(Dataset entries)
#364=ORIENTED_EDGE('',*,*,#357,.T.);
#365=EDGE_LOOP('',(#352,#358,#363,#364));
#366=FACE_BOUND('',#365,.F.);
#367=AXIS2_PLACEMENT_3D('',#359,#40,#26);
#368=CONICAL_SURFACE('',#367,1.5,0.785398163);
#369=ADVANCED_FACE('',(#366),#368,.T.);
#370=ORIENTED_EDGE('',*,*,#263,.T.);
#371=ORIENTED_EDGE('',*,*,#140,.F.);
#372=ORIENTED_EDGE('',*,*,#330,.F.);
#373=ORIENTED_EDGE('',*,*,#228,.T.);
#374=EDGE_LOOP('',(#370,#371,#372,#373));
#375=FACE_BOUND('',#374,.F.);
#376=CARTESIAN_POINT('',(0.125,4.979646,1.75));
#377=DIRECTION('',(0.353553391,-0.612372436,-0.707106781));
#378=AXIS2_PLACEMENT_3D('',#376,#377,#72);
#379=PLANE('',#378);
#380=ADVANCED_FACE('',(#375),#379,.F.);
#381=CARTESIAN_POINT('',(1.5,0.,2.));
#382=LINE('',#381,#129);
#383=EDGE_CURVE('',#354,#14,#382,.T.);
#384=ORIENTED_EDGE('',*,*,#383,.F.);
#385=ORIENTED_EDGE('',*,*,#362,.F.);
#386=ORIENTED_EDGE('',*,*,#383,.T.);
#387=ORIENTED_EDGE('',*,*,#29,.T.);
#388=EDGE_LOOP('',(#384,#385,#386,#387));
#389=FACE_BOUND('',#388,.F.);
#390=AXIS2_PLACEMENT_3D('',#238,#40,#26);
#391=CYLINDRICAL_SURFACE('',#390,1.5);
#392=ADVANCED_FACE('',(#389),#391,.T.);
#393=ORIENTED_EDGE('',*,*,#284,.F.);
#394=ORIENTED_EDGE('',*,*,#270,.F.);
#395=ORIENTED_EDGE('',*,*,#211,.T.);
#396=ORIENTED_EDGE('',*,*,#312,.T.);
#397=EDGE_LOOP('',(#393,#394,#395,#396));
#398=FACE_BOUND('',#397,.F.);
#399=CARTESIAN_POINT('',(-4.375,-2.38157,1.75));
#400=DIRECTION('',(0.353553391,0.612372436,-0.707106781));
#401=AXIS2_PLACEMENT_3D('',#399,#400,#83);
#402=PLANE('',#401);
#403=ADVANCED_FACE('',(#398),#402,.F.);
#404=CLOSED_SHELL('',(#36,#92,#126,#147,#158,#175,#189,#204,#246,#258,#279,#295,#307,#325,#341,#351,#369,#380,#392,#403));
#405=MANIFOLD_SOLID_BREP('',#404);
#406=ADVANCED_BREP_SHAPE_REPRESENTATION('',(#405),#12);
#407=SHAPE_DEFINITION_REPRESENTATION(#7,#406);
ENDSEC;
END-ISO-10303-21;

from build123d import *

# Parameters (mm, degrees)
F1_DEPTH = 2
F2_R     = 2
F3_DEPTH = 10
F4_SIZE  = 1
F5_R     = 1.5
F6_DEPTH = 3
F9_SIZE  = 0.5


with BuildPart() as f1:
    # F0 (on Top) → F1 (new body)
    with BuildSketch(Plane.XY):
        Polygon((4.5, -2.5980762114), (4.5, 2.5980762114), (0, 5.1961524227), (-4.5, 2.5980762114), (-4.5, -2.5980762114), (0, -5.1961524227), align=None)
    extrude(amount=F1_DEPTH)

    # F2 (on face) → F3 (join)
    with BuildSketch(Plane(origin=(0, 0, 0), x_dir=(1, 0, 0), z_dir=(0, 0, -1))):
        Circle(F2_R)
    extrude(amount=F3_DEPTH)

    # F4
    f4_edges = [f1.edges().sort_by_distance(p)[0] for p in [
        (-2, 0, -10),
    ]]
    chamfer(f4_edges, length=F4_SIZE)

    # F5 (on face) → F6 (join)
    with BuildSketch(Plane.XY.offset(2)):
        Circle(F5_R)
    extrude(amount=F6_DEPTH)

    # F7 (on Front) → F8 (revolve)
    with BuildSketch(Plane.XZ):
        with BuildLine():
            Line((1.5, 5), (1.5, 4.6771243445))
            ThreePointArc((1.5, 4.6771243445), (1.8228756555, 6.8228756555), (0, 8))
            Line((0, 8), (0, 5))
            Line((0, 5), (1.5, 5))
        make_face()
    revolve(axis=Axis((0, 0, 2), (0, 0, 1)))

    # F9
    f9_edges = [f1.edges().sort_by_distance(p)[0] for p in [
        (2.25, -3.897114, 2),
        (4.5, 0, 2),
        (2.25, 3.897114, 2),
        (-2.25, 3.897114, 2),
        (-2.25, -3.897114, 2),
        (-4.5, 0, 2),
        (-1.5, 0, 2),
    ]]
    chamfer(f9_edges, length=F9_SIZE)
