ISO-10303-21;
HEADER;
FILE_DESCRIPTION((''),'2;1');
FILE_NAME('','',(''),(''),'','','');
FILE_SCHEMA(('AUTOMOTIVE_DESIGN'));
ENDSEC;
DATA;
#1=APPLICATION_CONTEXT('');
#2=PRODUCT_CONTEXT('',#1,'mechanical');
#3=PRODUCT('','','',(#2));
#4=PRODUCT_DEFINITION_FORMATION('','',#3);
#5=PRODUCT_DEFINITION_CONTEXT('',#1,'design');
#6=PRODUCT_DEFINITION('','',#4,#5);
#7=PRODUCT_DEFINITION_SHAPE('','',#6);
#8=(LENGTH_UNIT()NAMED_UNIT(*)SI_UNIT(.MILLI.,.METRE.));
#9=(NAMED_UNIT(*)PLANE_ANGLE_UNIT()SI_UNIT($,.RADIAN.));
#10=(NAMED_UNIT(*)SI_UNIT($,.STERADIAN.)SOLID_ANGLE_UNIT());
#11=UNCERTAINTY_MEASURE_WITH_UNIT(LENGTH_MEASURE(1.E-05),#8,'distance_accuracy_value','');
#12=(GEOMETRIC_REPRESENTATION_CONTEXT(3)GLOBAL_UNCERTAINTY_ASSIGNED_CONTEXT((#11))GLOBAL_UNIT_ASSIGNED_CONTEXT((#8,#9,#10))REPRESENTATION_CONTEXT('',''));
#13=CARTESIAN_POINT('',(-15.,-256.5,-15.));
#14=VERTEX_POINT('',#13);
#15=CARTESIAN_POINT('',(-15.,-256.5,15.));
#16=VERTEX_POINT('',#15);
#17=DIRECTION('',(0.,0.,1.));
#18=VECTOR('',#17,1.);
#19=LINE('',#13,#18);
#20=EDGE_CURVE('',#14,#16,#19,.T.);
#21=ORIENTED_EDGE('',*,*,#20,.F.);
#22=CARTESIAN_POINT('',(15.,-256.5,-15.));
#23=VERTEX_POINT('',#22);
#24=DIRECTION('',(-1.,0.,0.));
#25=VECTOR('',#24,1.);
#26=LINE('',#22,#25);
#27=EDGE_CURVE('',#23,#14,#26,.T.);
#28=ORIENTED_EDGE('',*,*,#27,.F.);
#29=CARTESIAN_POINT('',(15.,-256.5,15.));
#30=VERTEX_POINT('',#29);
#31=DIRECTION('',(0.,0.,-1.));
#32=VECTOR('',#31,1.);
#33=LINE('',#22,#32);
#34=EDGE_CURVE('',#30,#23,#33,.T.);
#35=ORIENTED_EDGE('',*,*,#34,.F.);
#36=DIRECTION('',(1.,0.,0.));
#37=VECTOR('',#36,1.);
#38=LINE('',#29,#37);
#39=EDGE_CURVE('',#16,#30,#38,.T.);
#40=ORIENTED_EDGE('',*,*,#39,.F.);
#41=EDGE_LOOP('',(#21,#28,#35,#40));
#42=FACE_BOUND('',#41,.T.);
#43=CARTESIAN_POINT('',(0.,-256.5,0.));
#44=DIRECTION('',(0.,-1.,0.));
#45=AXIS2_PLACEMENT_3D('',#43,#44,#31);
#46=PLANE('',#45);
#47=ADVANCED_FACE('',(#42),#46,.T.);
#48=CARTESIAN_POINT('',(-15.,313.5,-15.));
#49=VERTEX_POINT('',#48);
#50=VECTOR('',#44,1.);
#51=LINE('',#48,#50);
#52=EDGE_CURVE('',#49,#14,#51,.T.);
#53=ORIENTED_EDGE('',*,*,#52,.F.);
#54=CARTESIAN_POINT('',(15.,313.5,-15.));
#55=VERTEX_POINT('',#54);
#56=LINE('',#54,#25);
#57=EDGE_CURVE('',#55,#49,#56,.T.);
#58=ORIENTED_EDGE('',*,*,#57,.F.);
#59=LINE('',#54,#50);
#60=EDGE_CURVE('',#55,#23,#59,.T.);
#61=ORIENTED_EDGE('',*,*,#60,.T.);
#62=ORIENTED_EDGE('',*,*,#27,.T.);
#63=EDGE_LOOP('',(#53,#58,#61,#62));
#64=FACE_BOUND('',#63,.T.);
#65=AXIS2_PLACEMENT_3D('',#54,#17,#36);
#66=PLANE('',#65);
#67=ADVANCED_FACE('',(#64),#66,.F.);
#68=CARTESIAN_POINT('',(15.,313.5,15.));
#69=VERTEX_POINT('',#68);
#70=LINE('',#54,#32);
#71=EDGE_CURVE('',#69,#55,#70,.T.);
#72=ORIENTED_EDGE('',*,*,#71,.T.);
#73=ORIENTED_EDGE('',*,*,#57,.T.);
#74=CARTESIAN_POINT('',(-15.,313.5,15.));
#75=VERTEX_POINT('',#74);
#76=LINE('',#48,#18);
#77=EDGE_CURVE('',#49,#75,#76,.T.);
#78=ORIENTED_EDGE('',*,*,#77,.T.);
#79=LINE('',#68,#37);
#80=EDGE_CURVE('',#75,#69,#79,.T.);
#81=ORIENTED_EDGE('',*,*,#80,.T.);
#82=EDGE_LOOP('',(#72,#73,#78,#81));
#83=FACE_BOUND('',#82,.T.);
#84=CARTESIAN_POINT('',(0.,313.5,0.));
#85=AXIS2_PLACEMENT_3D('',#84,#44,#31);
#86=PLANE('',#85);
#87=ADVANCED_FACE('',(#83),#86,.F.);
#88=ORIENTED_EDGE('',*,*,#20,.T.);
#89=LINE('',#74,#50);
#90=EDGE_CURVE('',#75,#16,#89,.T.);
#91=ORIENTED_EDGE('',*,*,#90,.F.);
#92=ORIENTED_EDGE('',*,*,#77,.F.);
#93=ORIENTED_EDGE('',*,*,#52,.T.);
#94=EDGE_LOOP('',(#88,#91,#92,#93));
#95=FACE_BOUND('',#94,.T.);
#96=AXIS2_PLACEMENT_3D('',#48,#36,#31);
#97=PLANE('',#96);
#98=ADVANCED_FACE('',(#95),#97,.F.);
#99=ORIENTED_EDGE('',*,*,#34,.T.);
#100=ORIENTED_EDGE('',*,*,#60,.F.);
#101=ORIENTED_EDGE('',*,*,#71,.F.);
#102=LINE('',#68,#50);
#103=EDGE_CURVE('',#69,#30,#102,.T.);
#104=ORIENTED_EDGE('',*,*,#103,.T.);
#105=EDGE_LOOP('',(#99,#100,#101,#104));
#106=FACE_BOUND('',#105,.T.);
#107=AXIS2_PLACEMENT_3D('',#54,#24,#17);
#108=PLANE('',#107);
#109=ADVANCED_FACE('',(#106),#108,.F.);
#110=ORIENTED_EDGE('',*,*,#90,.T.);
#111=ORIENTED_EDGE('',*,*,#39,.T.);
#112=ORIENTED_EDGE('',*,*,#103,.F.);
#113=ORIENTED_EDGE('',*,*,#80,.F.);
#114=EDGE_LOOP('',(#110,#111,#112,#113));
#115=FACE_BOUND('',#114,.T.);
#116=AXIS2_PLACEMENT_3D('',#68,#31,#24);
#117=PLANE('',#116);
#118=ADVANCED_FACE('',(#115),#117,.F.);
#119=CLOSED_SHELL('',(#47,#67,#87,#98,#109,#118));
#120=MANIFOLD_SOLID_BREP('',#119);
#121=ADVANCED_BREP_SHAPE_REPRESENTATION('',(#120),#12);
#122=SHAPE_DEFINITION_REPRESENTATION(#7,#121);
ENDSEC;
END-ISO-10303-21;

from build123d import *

# Parameters (mm, degrees)
SKETCH1_W           = 3
SKETCH1_H           = 3
BOSS_EXTRUDE1_DEPTH = 57
SCALE1_SCALE        = 10


with BuildPart() as part:
    # Sketch1 → Boss-Extrude1 (new body)
    with BuildSketch(Plane(origin=(0, 0, 0), x_dir=(1, 0, 0), z_dir=(0, 1, 0))):
        Rectangle(SKETCH1_W, SKETCH1_H)
    extrude(amount=BOSS_EXTRUDE1_DEPTH)


with BuildPart() as part_1:
    # Scale1: scaled about (0, 28.5, 0)
    add(part.part.scale(SCALE1_SCALE).moved(Location((0, -256.5, 0))))


solid = part_1.part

TASK DIRECTIONS
Retype exactly the lines of the data above that fall between the line with "make_face()" and the line with "#5=PRODUCT_DEFINITION_CONTEXT('',#1,'design');", inclusive, and add nothing.

TASK SOLUTION
        make_face()
    revolve(axis=Axis((0, 0, 2), (0, 0, 1)))

    # F9
    f9_edges = [f1.edges().sort_by_distance(p)[0] for p in [
        (2.25, -3.897114, 2),
        (4.5, 0, 2),
        (2.25, 3.897114, 2),
        (-2.25, 3.897114, 2),
        (-2.25, -3.897114, 2),
        (-4.5, 0, 2),
        (-1.5, 0, 2),
    ]]
    chamfer(f9_edges, length=F9_SIZE)
ISO-10303-21;
HEADER;
FILE_DESCRIPTION((''),'2;1');
FILE_NAME('','',(''),(''),'','','');
FILE_SCHEMA(('AUTOMOTIVE_DESIGN'));
ENDSEC;
DATA;
#1=APPLICATION_CONTEXT('');
#2=PRODUCT_CONTEXT('',#1,'mechanical');
#3=PRODUCT('','','',(#2));
#4=PRODUCT_DEFINITION_FORMATION('','',#3);
#5=PRODUCT_DEFINITION_CONTEXT('',#1,'design');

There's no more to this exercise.